- [TO DO] Of all the lines below, output only those starting at the one with "-39.485281374), (31, -43))" and ending at the one with "# Sketch3 → Boss-Extrude4 (add)", both ends included, exactly as written.

*** Opening RECORD SET ***

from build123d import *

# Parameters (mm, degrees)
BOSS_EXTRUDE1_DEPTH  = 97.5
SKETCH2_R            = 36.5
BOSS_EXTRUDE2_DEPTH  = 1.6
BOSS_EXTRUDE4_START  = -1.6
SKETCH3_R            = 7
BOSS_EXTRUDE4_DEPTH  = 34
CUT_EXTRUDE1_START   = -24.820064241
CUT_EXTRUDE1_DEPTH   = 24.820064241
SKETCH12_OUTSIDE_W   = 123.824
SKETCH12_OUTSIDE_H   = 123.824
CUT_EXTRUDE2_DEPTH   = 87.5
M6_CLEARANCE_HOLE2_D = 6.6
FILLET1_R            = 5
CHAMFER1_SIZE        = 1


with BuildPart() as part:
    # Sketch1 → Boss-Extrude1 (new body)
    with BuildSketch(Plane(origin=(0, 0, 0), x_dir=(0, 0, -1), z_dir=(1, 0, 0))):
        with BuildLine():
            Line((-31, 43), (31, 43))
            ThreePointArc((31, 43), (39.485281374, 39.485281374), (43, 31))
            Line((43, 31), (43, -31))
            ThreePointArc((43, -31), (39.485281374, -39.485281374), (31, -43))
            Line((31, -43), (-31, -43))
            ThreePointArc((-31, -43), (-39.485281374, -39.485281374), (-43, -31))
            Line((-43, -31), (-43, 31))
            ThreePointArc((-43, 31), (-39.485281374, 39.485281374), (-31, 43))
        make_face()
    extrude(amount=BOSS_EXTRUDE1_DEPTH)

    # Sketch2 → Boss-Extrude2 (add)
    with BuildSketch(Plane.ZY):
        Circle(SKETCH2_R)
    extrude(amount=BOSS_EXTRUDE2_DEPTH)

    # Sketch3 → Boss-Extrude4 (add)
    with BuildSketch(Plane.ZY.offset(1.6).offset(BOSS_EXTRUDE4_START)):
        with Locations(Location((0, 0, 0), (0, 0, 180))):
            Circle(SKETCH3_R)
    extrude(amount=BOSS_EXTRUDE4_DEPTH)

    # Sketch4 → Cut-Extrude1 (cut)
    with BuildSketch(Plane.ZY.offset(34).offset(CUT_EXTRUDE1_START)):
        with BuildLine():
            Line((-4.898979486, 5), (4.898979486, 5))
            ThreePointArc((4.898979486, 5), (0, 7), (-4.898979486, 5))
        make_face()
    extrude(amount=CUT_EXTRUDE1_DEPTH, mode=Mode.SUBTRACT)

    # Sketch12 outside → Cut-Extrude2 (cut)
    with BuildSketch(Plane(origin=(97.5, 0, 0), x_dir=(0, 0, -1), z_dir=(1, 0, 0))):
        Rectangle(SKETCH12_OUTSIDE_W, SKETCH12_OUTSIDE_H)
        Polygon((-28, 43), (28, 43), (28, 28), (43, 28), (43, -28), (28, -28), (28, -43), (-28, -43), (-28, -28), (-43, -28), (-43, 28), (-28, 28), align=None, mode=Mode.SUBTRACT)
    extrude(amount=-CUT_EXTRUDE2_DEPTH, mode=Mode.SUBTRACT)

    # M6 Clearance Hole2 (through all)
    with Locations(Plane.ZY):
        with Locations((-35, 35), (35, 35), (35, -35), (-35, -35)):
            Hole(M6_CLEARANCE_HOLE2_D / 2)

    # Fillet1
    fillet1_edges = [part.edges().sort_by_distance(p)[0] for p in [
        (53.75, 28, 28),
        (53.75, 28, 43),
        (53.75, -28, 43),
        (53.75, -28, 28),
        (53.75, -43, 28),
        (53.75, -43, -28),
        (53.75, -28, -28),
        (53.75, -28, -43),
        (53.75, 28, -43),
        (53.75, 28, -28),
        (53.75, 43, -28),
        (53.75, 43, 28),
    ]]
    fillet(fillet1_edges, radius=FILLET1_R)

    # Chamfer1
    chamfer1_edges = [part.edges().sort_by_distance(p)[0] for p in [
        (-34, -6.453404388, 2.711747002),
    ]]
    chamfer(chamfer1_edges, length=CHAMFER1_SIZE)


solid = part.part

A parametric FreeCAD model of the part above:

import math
import FreeCAD as App
import Part
import Sketcher
from FreeCAD import Vector
Q = App.Units.Quantity


def edges_at(feature, points):
    """Names of the edges that pass closest to the given points."""
    edges = feature.Shape.Edges
    near = lambda p: min(range(len(edges)), key=lambda i: edges[i].distToShape(Part.Vertex(*p))[0])
    return sorted({f"Edge{near(p) + 1}" for p in points})

doc = App.newDocument("Part")
params = doc.addObject("Spreadsheet::Sheet", "Params")
for row, (alias, value) in enumerate([
    ("sketch1_radius", "12 mm"),
    ("sketch1_width", "62 mm"),
    ("pad1_length", "97.5 mm"),
    ("sketch2_diameter", "73 mm"),
    ("pad2_length", "1.6 mm"),
    ("sketch3_diameter", "14 mm"),
    ("pad3_length", "34 mm"),
    ("sketch4_radius", "7 mm"),
    ("pocket1_length", "24.820064 mm"),
    ("sketch5_width", "15 mm"),
    ("sketch5_width2", "56 mm"),
    ("pocket2_length", "87.5 mm"),
    ("sketch6_diameter", "6.6 mm"),
    ("hole_diameter", "6.6 mm"),
    ("fillet_radius", "5 mm"),
    ("chamfer_size", "1 mm"),
], start=1):
    params.set(f"A{row}", alias)
    params.set(f"B{row}", "=" + value)
    params.setAlias(f"B{row}", alias)

body = doc.addObject("PartDesign::Body", "Body")
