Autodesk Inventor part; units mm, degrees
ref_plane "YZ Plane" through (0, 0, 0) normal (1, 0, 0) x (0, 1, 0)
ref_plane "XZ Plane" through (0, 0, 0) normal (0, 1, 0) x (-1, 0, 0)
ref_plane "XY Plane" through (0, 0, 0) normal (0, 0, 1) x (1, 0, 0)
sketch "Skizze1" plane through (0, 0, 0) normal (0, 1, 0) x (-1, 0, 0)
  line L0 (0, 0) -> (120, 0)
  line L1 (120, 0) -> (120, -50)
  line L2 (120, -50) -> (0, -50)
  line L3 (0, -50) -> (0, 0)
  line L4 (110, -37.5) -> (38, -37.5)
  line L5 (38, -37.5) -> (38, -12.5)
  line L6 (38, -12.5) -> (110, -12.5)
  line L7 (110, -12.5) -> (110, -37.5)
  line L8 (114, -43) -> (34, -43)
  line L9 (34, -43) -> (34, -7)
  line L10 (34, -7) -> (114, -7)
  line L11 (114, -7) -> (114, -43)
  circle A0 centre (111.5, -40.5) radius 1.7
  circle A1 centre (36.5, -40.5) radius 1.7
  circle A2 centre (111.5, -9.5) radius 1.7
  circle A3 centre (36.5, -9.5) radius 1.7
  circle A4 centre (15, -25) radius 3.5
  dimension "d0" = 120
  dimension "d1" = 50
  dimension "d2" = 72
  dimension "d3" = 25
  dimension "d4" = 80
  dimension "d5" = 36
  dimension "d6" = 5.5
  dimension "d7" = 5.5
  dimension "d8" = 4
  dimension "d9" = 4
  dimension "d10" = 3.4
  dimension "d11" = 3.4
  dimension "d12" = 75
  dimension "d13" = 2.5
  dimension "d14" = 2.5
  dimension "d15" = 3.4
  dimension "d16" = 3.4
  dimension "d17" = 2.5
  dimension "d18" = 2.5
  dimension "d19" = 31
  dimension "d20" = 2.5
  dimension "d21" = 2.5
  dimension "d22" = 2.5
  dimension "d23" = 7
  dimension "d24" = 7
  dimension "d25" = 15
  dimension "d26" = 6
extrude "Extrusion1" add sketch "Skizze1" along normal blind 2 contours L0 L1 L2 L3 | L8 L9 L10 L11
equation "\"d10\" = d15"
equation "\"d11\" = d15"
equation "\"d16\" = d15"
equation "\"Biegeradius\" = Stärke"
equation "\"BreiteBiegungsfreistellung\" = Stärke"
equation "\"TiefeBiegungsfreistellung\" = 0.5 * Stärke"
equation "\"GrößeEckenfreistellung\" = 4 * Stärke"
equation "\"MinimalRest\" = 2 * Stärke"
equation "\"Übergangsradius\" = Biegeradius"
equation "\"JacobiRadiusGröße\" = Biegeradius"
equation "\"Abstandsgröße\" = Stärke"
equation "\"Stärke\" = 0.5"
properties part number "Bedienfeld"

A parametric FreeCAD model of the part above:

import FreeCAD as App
import Part
import Sketcher

V = App.Vector
Q = App.Units.Quantity


def add_polygon(sketch, points):
    """Adds a closed chain of lines whose ends are joined by coincident constraints."""
    first, n = sketch.GeometryCount, len(points)
    for a, b in zip(points, points[1:] + points[:1]):
        sketch.addGeometry(Part.LineSegment(App.Vector(*a, 0), App.Vector(*b, 0)), False)
    for i in range(n):
        sketch.addConstraint(Sketcher.Constraint("Coincident", first + i, 2, first + (i + 1) % n, 1))

doc = App.newDocument("Part")
body = doc.addObject("PartDesign::Body", "Body")

# Sketch on XZ plane
sketch1 = doc.addObject("Sketcher::SketchObject", "Sketch")
body.addObject(sketch1)
sketch1.AttachmentSupport = (doc.XZ_Plane, [""])
sketch1.MapMode = "FlatFace"
add_polygon(sketch1, [(-120, 0), (0, 0), (0, -50), (-120, -50)])  # lines 0-3
sketch1.addGeometry(Part.Circle(V(-15, -25, 0), V(0, 0, 1), 3.5), False)  # 4
add_polygon(sketch1, [(-38, -12.5), (-110, -12.5), (-110, -37.5), (-38, -37.5)])  # lines 5-8
sketch1.addGeometry(Part.Circle(V(-111.5, -9.5, 0), V(0, 0, 1), 1.7), False)  # 9
sketch1.addGeometry(Part.Circle(V(-36.5, -40.5, 0), V(0, 0, 1), 1.7), False)  # 10
sketch1.addGeometry(Part.Circle(V(-111.5, -40.5, 0), V(0, 0, 1), 1.7), False)  # 11
sketch1.addGeometry(Part.Circle(V(-36.5, -9.5, 0), V(0, 0, 1), 1.7), False)  # 12
sketch1.addConstraint([
    Sketcher.Constraint("Horizontal", 0),
    Sketcher.Constraint("Vertical", 1),
    Sketcher.Constraint("Horizontal", 2),
    Sketcher.Constraint("Vertical", 3),
    Sketcher.Constraint("Horizontal", 5),
    Sketcher.Constraint("Vertical", 6),
    Sketcher.Constraint("Horizontal", 7),
    Sketcher.Constraint("Vertical", 8),
    Sketcher.Constraint("Coincident", 0, 2, -1, 1),
    Sketcher.Constraint("Equal", 9, 10),
    Sketcher.Constraint("Equal", 10, 11),
    Sketcher.Constraint("Equal", 11, 12),
    Sketcher.Constraint("Horizontal", 10, 3, 11, 3),
    Sketcher.Constraint("Horizontal", 9, 3, 12, 3),
    Sketcher.Constraint("Vertical", 9, 3, 11, 3),
    Sketcher.Constraint("Vertical", 10, 3, 12, 3),
    Sketcher.Constraint("Diameter", 4, Q("7 mm")),
    Sketcher.Constraint("Diameter", 9, Q("3.4 mm")),
    Sketcher.Constraint("DistanceX", 0, 1, 0, 2, Q("120 mm")),
    Sketcher.Constraint("DistanceX", 5, 2, 5, 1, Q("72 mm")),
    Sketcher.Constraint("DistanceY", 1, 2, 1, 1, Q("50 mm")),
    Sketcher.Constraint("DistanceY", 6, 2, 6, 1, Q("25 mm")),
    Sketcher.Constraint("DistanceX", 4, 3, -1, 1, Q("15 mm")),
    Sketcher.Constraint("DistanceY", 4, 3, -1, 1, Q("25 mm")),
    Sketcher.Constraint("DistanceX", 9, 3, 10, 3, Q("75 mm")),
    Sketcher.Constraint("DistanceY", 10, 3, 9, 3, Q("31 mm")),
    Sketcher.Constraint("DistanceX", 5, 2, -1, 1, Q("110 mm")),
    Sketcher.Constraint("DistanceY", 5, 2, 9, 3, Q("3 mm")),
    Sketcher.Constraint("DistanceX", 9, 3, -1, 1, Q("111.5 mm")),
    Sketcher.Constraint("DistanceY", 9, 3, -1, 1, Q("9.5 mm")),
])
pad1 = doc.addObject("PartDesign::Pad", "Pad")
body.addObject(pad1)
pad1.Profile = sketch1
pad1.Length = 2
pad1.Reversed = True

doc.recompute()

*** Closing RECORD SET ***

- [WRITTEN SOLUTION]
            ThreePointArc((43, -31), (39.485281374, -39.485281374), (31, -43))
            Line((31, -43), (-31, -43))
            ThreePointArc((-31, -43), (-39.485281374, -39.485281374), (-43, -31))
            Line((-43, -31), (-43, 31))
            ThreePointArc((-43, 31), (-39.485281374, 39.485281374), (-31, 43))
        make_face()
    extrude(amount=BOSS_EXTRUDE1_DEPTH)

    # Sketch2 → Boss-Extrude2 (add)
    with BuildSketch(Plane.ZY):
        Circle(SKETCH2_R)
    extrude(amount=BOSS_EXTRUDE2_DEPTH)

    # Sketch3 → Boss-Extrude4 (add)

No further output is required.